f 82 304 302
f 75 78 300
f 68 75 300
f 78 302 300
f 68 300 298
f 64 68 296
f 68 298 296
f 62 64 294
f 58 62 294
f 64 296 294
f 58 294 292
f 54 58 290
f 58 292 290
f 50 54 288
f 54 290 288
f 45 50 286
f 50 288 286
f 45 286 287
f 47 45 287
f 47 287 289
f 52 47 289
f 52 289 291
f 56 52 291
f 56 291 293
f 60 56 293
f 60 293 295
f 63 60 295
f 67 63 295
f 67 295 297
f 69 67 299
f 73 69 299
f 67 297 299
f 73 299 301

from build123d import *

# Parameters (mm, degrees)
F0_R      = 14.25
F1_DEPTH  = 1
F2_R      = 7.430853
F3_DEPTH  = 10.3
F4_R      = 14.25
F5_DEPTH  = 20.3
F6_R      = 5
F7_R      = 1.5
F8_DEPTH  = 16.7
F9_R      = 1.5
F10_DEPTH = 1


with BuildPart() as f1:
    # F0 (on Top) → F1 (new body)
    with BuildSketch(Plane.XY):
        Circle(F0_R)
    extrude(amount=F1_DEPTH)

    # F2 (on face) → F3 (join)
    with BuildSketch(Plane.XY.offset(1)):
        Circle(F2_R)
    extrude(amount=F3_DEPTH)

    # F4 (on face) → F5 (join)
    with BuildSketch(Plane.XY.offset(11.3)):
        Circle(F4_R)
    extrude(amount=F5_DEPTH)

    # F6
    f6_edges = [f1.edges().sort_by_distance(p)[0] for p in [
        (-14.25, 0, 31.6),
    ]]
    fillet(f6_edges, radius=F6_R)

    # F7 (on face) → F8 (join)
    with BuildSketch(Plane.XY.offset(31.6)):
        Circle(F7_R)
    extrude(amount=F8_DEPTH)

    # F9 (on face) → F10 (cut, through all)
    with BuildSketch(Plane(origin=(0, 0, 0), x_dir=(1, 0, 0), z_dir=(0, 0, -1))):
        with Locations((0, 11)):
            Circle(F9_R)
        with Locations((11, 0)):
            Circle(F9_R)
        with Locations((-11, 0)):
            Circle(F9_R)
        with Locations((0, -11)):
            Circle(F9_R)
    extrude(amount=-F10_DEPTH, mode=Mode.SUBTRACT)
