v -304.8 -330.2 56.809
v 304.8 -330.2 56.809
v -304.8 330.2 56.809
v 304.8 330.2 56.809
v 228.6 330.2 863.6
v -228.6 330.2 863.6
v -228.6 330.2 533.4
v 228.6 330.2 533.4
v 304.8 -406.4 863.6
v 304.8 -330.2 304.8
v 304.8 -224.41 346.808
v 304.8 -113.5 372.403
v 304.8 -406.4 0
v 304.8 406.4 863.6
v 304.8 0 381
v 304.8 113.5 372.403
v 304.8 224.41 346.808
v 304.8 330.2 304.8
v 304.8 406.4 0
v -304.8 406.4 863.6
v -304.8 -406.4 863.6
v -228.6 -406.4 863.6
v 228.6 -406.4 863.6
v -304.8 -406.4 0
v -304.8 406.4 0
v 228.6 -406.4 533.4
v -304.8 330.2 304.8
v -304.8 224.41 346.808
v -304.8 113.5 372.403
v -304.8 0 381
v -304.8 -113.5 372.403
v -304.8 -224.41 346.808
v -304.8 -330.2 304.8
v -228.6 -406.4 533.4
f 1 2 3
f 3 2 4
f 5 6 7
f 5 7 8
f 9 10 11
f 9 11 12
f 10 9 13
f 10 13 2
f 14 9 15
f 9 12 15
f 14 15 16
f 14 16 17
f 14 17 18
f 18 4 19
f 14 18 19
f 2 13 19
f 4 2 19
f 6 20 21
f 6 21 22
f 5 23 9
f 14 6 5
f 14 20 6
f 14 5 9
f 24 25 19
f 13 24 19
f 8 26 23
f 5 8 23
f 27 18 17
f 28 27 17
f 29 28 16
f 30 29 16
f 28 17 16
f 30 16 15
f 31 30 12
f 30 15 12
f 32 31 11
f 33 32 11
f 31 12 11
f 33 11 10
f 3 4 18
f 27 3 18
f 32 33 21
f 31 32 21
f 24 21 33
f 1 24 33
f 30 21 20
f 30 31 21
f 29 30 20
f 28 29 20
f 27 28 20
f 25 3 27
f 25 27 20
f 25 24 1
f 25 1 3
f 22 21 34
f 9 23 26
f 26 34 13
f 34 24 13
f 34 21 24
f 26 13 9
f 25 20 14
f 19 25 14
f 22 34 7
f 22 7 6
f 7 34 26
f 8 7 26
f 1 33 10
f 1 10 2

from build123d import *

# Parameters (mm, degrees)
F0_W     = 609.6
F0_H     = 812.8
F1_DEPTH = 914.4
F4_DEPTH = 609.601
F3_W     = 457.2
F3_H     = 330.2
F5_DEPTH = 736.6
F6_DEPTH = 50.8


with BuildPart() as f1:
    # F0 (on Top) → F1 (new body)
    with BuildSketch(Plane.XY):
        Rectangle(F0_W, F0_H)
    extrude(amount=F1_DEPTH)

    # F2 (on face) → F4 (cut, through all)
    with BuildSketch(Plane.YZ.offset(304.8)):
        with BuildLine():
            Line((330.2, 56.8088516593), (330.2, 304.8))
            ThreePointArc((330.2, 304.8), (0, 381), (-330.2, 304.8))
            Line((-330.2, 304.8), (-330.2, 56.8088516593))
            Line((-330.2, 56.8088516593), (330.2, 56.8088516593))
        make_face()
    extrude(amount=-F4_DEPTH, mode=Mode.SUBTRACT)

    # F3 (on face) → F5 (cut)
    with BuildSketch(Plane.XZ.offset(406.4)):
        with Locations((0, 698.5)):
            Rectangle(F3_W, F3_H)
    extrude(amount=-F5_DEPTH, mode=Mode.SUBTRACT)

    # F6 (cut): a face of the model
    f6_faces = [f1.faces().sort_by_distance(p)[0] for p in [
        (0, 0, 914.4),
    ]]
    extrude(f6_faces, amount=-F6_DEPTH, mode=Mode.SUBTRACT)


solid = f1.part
+---+
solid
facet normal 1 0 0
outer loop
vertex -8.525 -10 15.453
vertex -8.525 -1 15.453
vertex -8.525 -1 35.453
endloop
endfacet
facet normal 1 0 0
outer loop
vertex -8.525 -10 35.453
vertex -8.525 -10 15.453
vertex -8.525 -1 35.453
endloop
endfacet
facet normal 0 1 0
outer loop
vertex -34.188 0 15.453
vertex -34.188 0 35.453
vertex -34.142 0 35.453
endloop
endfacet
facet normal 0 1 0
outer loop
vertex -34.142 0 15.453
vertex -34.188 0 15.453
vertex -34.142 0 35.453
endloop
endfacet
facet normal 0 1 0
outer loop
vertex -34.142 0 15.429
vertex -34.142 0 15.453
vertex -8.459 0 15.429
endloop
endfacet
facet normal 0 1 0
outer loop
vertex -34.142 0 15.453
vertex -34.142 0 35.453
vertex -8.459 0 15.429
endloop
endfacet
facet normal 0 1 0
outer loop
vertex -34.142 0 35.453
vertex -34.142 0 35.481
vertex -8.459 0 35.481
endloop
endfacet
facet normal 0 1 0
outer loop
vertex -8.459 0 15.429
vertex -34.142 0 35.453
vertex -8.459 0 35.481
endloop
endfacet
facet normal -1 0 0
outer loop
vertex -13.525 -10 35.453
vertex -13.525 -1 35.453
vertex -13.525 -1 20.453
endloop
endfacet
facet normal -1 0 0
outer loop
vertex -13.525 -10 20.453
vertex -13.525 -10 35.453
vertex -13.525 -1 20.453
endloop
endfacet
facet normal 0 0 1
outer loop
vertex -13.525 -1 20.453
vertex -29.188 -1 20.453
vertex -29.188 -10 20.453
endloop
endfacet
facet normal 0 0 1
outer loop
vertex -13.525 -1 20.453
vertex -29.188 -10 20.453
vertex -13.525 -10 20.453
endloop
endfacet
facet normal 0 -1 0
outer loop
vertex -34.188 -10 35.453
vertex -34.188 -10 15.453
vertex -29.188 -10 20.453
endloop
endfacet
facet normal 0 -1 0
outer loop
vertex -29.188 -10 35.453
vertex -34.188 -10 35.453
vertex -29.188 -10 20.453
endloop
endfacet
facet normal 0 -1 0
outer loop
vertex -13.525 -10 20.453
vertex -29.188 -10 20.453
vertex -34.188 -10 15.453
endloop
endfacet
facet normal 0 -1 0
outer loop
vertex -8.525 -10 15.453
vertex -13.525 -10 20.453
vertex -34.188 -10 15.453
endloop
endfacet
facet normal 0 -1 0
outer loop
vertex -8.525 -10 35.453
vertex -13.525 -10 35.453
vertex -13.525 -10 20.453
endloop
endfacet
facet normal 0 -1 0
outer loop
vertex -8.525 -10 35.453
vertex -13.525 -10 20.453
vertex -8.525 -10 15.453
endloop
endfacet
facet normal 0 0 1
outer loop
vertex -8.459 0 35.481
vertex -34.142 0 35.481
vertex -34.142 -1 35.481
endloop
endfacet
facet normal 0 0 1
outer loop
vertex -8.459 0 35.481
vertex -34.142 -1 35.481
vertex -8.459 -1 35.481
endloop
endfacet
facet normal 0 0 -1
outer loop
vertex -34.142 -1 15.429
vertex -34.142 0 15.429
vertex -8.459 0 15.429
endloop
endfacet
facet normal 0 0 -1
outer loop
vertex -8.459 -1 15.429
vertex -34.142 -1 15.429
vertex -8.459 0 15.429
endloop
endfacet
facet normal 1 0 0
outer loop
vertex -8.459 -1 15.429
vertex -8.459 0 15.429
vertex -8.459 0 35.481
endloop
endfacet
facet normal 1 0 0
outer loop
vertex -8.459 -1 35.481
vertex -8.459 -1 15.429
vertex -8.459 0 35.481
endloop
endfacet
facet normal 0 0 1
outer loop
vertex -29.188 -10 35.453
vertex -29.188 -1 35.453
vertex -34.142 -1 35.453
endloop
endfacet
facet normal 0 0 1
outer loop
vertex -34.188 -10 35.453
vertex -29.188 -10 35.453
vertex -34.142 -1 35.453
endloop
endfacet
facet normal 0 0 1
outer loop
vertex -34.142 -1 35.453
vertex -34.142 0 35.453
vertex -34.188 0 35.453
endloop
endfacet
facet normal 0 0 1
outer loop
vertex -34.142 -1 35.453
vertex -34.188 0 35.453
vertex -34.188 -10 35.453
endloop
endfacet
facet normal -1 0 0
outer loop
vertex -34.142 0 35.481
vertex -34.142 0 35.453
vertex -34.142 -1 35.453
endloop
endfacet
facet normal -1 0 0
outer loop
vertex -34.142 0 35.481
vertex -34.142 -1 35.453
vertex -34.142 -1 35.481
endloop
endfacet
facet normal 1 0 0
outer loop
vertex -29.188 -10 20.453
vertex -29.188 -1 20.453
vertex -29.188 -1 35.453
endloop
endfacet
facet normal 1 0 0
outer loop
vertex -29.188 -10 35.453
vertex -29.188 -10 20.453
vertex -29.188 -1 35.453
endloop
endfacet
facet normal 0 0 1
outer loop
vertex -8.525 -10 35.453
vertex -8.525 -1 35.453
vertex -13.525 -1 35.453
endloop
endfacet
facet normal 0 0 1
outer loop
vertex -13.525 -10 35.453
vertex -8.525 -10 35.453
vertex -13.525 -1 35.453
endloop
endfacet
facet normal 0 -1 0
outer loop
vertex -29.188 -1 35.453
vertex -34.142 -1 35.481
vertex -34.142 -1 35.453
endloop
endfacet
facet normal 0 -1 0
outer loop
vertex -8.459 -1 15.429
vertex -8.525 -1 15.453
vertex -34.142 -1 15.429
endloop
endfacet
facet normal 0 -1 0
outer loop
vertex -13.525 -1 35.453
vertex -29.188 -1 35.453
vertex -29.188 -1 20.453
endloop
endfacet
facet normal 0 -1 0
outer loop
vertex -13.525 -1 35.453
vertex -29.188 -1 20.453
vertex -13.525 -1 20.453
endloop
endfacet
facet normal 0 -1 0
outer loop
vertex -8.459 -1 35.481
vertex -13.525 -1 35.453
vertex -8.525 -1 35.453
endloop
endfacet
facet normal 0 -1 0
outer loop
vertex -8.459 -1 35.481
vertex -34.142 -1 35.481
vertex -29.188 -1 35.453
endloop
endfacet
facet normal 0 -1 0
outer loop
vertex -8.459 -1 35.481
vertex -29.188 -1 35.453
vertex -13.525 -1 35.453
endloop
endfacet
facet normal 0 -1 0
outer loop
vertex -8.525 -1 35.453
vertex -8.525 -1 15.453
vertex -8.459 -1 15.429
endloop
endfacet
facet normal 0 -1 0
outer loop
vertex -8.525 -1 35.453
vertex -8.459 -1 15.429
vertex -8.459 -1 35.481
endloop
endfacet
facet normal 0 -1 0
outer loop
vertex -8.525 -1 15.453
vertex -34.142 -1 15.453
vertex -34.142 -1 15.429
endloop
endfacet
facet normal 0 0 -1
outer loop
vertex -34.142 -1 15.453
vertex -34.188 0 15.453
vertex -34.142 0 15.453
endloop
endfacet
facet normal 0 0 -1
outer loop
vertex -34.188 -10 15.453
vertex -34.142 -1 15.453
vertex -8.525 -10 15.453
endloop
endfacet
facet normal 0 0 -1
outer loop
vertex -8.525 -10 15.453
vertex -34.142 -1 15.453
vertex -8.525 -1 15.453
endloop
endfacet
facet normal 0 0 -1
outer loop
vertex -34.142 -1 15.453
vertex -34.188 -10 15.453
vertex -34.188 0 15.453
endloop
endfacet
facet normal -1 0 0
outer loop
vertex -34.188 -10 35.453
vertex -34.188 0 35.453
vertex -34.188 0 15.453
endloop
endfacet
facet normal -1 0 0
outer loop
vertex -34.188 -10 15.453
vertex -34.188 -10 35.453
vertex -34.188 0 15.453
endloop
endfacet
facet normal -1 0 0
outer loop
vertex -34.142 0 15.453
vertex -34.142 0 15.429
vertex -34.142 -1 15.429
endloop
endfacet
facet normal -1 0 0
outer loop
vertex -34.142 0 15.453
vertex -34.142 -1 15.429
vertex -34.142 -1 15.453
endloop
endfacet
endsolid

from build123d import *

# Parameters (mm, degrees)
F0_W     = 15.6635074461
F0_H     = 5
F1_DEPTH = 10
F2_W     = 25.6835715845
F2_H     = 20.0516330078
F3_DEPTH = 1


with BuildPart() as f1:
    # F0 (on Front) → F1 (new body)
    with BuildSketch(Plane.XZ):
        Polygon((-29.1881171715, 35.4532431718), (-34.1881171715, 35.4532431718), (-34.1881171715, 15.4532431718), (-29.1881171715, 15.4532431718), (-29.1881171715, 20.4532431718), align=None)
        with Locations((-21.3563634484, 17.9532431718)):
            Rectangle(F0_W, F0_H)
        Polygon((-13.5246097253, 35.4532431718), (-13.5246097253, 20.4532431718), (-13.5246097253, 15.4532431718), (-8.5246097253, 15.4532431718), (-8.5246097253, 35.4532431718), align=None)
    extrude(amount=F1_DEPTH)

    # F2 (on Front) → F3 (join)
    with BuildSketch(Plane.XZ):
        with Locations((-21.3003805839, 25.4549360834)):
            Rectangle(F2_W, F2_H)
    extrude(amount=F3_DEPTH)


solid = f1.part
+---+
Above are the records. Copy the lines beginning at the one that has "f 82 304 302" and ending with the one that has "f 67 295 297", unchanged.

f 82 304 302
f 75 78 300
f 68 75 300
f 78 302 300
f 68 300 298
f 64 68 296
f 68 298 296
f 62 64 294
f 58 62 294
f 64 296 294
f 58 294 292
f 54 58 290
f 58 292 290
f 50 54 288
f 54 290 288
f 45 50 286
f 50 288 286
f 45 286 287
f 47 45 287
f 47 287 289
f 52 47 289
f 52 289 291
f 56 52 291
f 56 291 293
f 60 56 293
f 60 293 295
f 63 60 295
f 67 63 295
f 67 295 297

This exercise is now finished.